I've been quiet this week. Part of it is because I'm freelancing again -- I don't anticipate that I'll be able to carry anything close to the pre-twins workload, but it feels good to be working even an hour or two every day. I've also been finishing American Wife by Curtis Sittenfeld, which is due back at the library tomorrow. The first two parts were very good; the third, less so. The girls seem to be in a growth spurt -- suddenly Nina looks quite lanky -- and Ivy is teething but happy. They will be 6 months old next Wednesday. I can't believe it, either.
So I've been busy, yes, but also wondering what to say, and how much to say, about some circumstances weighing on my mind. Both my brothers' wives are trying to get pregnant. One (SIL #1) has been TTC on and off for nearly a year -- but my brother has been working out of town most weeks, and then they stopped TTC for a few months when she got accepted to nursing school, so it hasn't really been a year, but we all know that even though others might say, "Well, those weeks/months don't really count," they do count emotionally. And my other brother got married in late October and his wife (SIL #2), who at age 33 is 3 years older than him, has suddenly bumped up her baby timeline from "maybe never" to "right now." She is charting ("Have you heard of Fertility Friend?" she asked), drinking tons of green tea, freaking out about her age -- awhile ago I told her that she should probably worry instead about my brother's sperm quality because he is a p.ilot who drinks about 10 cups of coffee/day, which led her to order P.reseed, which I told her is a running joke among urologists and REs. I really like her, but I have a hard time listening to the anxieties of someone who has been TTC for just 2 months. I'm too much of a cynic. Yes, I was once there -- half a decade ago. In April 2005, a year after we started TTC, we were each diagnosed with subfertility. And not all the joy of the last year can erase the pain of the preceding 3 years and the irritation with which I recall that first year of trying on our own -- the gung-ho charting, the loud beep of the thermometer every morning, trying this, trying that, running to Walgreens every month for a new vitamin or supplement or something, anything.

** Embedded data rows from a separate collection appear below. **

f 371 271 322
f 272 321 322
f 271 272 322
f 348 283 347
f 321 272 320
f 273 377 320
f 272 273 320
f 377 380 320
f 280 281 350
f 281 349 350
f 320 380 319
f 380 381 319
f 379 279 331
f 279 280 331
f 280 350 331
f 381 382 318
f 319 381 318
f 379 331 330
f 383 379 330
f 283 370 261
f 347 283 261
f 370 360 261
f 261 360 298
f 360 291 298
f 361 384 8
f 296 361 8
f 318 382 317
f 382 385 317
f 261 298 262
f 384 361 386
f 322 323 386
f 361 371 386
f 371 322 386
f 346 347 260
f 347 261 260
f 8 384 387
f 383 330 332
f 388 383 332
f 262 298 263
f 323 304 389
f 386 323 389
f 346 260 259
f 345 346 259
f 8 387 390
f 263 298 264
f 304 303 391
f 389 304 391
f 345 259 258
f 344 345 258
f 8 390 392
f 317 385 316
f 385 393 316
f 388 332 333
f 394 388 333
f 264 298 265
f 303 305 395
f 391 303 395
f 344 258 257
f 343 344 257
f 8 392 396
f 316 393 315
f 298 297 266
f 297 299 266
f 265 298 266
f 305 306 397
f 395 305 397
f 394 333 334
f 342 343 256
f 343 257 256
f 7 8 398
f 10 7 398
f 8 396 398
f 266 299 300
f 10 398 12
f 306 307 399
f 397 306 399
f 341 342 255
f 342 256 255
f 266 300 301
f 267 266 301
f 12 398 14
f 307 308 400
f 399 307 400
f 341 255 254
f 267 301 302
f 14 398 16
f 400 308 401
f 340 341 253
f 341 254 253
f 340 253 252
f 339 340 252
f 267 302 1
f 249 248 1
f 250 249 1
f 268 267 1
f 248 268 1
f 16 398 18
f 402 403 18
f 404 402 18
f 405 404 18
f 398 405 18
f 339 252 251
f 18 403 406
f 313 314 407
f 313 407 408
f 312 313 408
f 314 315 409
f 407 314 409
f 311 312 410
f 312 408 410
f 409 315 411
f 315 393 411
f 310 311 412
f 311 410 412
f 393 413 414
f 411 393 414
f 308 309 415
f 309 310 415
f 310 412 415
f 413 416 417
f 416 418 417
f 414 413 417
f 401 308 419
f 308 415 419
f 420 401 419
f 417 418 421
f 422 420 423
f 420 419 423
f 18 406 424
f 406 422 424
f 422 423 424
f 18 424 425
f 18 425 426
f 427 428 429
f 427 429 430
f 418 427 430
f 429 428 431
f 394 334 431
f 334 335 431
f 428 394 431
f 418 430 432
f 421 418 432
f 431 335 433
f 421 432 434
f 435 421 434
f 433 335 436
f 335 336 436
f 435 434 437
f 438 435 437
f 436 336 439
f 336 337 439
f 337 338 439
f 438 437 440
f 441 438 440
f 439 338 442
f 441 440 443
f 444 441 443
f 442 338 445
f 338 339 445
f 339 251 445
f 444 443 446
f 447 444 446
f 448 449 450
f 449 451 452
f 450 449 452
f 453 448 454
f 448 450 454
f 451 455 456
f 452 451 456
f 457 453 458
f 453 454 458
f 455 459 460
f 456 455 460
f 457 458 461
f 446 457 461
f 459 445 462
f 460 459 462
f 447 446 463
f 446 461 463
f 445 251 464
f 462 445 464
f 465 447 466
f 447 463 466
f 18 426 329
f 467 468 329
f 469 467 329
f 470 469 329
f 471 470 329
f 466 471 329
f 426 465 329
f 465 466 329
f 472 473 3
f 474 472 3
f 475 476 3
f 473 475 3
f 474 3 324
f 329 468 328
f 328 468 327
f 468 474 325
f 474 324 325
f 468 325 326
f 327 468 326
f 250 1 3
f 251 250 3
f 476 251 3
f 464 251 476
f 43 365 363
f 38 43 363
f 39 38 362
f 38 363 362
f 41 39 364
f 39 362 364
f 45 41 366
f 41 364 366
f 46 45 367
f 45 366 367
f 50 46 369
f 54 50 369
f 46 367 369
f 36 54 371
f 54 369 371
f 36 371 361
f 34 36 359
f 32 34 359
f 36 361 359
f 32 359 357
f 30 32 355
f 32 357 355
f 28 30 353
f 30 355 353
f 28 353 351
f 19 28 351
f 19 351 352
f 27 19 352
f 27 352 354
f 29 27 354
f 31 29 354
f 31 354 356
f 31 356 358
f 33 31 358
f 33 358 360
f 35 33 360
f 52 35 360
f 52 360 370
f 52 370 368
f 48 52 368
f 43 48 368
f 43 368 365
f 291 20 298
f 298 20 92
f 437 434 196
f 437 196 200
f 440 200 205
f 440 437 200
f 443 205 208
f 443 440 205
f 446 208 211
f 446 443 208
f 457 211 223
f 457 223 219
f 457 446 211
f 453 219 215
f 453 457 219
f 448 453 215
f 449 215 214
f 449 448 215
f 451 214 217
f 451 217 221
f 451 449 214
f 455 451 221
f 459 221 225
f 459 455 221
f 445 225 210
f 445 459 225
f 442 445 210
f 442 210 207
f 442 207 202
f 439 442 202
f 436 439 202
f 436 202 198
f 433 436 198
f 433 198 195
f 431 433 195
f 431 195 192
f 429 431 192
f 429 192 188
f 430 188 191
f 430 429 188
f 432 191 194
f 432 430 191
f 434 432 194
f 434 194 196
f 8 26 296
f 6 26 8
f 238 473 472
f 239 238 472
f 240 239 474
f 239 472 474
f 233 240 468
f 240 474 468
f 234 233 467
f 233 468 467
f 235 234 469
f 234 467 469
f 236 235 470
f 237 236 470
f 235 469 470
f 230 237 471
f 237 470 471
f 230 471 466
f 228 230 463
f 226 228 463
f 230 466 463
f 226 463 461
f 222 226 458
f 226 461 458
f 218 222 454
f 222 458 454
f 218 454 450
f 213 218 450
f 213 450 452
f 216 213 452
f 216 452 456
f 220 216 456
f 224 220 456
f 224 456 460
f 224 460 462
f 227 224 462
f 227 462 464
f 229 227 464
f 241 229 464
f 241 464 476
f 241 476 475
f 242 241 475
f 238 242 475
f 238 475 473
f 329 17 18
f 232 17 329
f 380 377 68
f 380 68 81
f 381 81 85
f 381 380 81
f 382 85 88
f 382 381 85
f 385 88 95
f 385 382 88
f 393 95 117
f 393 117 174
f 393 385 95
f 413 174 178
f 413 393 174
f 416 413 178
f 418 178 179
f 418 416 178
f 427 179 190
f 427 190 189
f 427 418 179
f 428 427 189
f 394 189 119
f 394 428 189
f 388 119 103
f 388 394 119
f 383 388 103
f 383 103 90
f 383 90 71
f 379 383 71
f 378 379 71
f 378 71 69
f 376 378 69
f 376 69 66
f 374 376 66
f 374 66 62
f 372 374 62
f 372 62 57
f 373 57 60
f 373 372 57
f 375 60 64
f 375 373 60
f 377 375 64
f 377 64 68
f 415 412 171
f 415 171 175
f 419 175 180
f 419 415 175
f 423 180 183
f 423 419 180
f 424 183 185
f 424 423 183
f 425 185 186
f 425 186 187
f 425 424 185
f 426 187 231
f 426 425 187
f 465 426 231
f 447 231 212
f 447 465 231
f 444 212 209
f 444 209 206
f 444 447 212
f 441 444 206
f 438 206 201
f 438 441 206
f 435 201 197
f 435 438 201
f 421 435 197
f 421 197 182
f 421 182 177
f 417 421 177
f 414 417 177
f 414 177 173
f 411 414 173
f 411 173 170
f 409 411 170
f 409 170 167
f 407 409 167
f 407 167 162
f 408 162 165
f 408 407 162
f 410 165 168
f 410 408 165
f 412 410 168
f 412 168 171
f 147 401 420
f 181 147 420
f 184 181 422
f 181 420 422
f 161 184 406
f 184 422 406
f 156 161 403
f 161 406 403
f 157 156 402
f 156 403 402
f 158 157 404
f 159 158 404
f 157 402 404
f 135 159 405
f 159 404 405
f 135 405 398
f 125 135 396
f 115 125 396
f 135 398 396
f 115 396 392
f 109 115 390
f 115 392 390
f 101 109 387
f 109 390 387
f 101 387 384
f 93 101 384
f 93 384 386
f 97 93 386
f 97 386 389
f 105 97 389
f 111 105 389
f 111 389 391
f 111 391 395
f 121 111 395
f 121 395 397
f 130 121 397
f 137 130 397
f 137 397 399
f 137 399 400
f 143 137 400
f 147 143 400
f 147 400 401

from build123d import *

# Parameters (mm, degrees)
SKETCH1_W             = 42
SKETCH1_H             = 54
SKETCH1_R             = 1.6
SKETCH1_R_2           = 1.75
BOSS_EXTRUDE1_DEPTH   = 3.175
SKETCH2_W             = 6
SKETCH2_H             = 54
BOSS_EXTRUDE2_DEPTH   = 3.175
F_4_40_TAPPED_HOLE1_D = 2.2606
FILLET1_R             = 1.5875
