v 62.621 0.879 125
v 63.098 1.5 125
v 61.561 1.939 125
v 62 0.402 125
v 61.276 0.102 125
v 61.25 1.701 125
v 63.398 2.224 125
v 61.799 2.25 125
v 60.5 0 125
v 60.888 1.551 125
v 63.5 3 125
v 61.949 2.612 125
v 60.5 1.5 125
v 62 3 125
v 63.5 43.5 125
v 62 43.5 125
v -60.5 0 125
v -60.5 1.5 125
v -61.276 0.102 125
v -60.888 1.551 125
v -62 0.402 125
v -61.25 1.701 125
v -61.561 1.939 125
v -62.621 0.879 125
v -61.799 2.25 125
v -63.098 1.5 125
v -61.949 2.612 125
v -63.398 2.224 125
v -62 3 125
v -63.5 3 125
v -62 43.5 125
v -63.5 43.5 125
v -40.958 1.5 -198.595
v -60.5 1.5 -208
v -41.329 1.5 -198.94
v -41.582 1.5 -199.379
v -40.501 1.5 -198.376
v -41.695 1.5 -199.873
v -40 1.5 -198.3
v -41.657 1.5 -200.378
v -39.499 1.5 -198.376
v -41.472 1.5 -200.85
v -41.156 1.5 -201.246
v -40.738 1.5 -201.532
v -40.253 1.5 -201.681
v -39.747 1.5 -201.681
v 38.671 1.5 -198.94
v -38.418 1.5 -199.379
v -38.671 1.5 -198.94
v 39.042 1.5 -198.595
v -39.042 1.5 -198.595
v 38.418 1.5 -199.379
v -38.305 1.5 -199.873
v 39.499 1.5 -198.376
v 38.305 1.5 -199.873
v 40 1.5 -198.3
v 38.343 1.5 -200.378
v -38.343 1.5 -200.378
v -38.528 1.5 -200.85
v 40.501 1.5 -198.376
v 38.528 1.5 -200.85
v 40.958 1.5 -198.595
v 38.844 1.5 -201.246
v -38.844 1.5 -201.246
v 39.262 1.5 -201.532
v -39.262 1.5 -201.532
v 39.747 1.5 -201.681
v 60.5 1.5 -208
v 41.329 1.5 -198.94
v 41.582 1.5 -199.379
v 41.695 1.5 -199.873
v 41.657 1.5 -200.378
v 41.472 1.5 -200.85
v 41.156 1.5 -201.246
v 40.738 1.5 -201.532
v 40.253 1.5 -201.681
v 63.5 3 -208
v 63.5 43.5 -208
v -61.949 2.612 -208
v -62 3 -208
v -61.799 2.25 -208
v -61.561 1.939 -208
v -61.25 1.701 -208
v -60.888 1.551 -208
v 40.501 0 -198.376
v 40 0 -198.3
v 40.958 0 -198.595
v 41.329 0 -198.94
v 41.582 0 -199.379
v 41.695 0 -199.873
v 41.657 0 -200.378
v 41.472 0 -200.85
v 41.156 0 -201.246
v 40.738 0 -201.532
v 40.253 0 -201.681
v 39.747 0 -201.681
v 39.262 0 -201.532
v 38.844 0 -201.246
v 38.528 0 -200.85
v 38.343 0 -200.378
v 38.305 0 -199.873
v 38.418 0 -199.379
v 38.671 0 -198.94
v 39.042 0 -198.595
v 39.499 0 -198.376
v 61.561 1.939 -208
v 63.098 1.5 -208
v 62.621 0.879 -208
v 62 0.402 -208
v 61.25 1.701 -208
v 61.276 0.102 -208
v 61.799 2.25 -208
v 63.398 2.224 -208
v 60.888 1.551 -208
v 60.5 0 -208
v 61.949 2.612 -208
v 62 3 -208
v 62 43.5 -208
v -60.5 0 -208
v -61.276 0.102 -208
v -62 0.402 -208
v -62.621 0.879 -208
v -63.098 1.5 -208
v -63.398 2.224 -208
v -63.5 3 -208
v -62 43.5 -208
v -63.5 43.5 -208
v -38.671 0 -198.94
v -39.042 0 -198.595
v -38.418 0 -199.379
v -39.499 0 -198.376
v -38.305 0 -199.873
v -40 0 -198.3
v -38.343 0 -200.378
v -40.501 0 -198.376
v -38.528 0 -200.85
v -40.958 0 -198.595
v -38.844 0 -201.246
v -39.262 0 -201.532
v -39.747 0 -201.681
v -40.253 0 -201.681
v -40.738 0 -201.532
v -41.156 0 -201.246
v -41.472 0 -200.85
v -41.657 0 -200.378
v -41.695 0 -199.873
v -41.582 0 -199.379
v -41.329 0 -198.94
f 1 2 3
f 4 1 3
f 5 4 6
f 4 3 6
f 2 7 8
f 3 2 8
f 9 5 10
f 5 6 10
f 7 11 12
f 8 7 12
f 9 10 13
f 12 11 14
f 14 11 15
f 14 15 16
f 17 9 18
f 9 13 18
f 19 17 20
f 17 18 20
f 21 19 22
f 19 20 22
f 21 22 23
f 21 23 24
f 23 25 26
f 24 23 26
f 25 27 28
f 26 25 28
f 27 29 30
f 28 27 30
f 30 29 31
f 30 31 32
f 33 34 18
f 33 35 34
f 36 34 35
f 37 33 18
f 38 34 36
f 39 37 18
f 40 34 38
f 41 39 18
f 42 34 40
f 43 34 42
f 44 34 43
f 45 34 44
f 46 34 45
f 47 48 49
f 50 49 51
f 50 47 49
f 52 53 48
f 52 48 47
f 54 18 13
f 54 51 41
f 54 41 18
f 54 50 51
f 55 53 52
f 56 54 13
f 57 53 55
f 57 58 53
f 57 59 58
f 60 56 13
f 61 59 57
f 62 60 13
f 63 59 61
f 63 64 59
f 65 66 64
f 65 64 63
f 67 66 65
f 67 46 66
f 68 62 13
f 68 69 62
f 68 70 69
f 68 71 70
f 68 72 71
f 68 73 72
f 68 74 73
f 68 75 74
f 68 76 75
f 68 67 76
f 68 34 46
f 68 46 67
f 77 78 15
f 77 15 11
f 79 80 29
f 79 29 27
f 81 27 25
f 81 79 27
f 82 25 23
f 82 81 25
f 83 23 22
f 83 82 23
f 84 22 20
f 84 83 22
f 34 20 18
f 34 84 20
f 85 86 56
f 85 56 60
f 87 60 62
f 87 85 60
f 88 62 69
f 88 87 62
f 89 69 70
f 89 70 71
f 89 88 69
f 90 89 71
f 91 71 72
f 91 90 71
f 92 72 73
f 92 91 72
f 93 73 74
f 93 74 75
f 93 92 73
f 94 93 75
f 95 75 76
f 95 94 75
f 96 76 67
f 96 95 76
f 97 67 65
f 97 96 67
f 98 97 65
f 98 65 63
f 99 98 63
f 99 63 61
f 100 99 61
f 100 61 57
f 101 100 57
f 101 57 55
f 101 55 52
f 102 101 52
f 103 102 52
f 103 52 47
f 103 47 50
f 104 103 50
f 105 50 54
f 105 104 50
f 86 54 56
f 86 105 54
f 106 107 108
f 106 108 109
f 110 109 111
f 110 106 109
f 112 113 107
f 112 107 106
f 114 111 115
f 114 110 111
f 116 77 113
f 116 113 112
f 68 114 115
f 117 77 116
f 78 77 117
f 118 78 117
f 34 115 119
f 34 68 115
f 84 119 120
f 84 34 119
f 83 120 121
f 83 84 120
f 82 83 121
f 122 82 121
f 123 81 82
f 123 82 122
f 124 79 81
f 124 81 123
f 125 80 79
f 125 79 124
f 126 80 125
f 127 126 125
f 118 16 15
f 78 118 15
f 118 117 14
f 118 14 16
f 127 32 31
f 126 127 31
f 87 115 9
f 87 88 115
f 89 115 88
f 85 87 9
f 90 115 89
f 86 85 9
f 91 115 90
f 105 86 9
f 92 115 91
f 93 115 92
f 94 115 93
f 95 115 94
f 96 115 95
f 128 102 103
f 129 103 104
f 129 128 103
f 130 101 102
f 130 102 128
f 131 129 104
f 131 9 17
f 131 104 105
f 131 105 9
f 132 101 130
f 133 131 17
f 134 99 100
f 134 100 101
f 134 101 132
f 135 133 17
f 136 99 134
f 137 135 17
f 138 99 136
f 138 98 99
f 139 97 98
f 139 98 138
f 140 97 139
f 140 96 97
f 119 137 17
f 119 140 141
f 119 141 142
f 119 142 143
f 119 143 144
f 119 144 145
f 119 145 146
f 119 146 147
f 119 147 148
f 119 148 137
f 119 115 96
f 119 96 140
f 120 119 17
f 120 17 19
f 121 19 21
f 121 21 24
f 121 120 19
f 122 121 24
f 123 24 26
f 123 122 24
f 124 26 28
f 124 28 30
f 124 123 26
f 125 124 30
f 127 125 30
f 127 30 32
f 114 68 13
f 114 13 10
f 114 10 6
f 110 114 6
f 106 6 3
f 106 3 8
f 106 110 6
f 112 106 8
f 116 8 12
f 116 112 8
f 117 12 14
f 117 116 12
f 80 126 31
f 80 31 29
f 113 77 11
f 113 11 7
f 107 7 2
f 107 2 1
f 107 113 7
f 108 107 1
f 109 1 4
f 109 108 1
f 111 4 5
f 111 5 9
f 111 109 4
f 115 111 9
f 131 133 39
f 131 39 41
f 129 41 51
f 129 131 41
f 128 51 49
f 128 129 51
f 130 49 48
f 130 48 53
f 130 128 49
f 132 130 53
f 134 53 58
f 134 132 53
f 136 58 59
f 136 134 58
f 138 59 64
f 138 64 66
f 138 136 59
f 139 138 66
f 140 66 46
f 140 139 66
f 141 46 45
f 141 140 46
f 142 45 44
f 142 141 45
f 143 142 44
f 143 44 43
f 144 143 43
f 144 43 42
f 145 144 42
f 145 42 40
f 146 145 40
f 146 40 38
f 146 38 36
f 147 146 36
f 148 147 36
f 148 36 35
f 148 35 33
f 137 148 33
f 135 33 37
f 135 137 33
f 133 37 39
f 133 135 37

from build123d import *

# Parameters (mm, degrees)
SM_TRAY_DEPTH       = 333
SK_FACEHOLES_R      = 1.7
CUT_FACEHOLES_DEPTH = 1.5


# Sheet-metal steps are written as plain solids
with BuildPart() as part:
    # SK_Tray → SM_Tray (new body)
    with BuildSketch(Plane.XY.offset(-208)):
        with BuildLine():
            Line((-62, 43.5), (-62, 3))
            ThreePointArc((-62, 3), (-61.560660172, 1.939339828), (-60.5, 1.5))
            Line((-60.5, 1.5), (60.5, 1.5))
            ThreePointArc((60.5, 1.5), (61.560660172, 1.939339828), (62, 3))
            Line((62, 3), (62, 43.5))
            Line((62, 43.5), (63.5, 43.5))
            Line((63.5, 43.5), (63.5, 3))
            ThreePointArc((63.5, 3), (62.621320344, 0.878679656), (60.5, 0))
            Line((60.5, 0), (-60.5, 0))
            ThreePointArc((-60.5, 0), (-62.621320344, 0.878679656), (-63.5, 3))
            Line((-63.5, 3), (-63.5, 43.5))
            Line((-63.5, 43.5), (-62, 43.5))
        make_face()
    extrude(amount=SM_TRAY_DEPTH)

    # SK_FaceHoles → CUT_FaceHoles (cut)
    with BuildSketch(Plane(origin=(0, 0, 0), x_dir=(1, 0, 0), z_dir=(0, 1, 0))):
        with Locations(Location((40, 200, 0), (0, 0, 270))):
            Circle(SK_FACEHOLES_R)
        with Locations(Location((-40, 200, 0), (0, 0, 270))):
            Circle(SK_FACEHOLES_R)
    extrude(amount=CUT_FACEHOLES_DEPTH, mode=Mode.SUBTRACT)


solid = part.part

Infertility also comes back in my concern for SIL #1, who has been married longer, who has wanted a baby longer, and has been trying longer. None of that matters. "It's not a race," we parrot, but it so often feels as though it is. I know how it feels to know that someone else is trying too. I was absolutely jealous that D.'s sister had a baby soon after our IF diagnosis. And, "oh, it's not a race," but even standing across the supposedly nonexistent finish line, I'm acutely aware of how much time has lapsed. Children who were conceived after we began TTC are now in preschool. And Ivy and Nina's cousins are nowhere close to their age.
I'm hypersensitive even on "the other side." My parents bought a crib to keep in their guest room, and I was glad to have it available, but I flinched because SIL #1 stays in that room sometimes, and the sight of the crib might make her unhappy, and so I mentioned it to her, which led to a conversation in which she acknowledged her anxiety about SIL #2's TTC. As we talked, she held Nina on her lap -- Nina with her lovely blue-gray eyes that remind me so much of my brothers -- and kissed the top of her head, and there was a wistfulness in that gesture, a wistfulness so unlike the confidence with which SIL #2 embraces my children. It's the difference between TTC for 2 months and TTC for 10 months. I wish I could just stay busy with my babies and try not to watch another heat of the "not-a-race," but it's very close to home, in more ways than one, and I can't help having a favorite.
What a great post. You know who we are all pulling for now, too.
Cheers,
D.
Posted by: Denise | May 01, 2009 at 10:23 AM
This post hits close to home with me, too. My SIL is I'm certain any day going to announce that she's pregnant with #2. After two early losses, I'm not sure why it bothers me so much. her being pregnant.
But then I talk with my own sister, who went off birth control pills in January of 2007, who still isn't pregnant. And I hear her say things like "sometimes I wonder if someone's trying to tell me something," and "I don't understand how people get pregnant so quickly" and "I was really hoping to be pregnant before such-and-such was."
And my mom says things like "I'm EXPECTING to have more grandkids, you know." It hurts me FOR her.
Thank you for posting this. I know exactly how you feel.
xxx
Posted by: serenity | May 01, 2009 at 01:03 PM
This post totally made me cry. God I hate infertility.
Posted by: Irish Girl | May 02, 2009 at 10:37 AM
Great post!
I've had to grind my teeth more than once recently at our bereaved parents support group meeting, hearing 30-something mothers whining about trying for FOUR WHOLE MONTHS & not getting pregnant again yet, & what's taking so long?? They got pregnant right away the last time... ARGH.
Posted by: loribeth | May 03, 2009 at 03:27 PM
This post had me in tears, too. The wounds heal, but the scars remain.
Posted by: Somewhat Ordinary | May 05, 2009 at 03:42 PM
I'm sorry you had to deal with IF, but I'm glad she has you to watch out for her.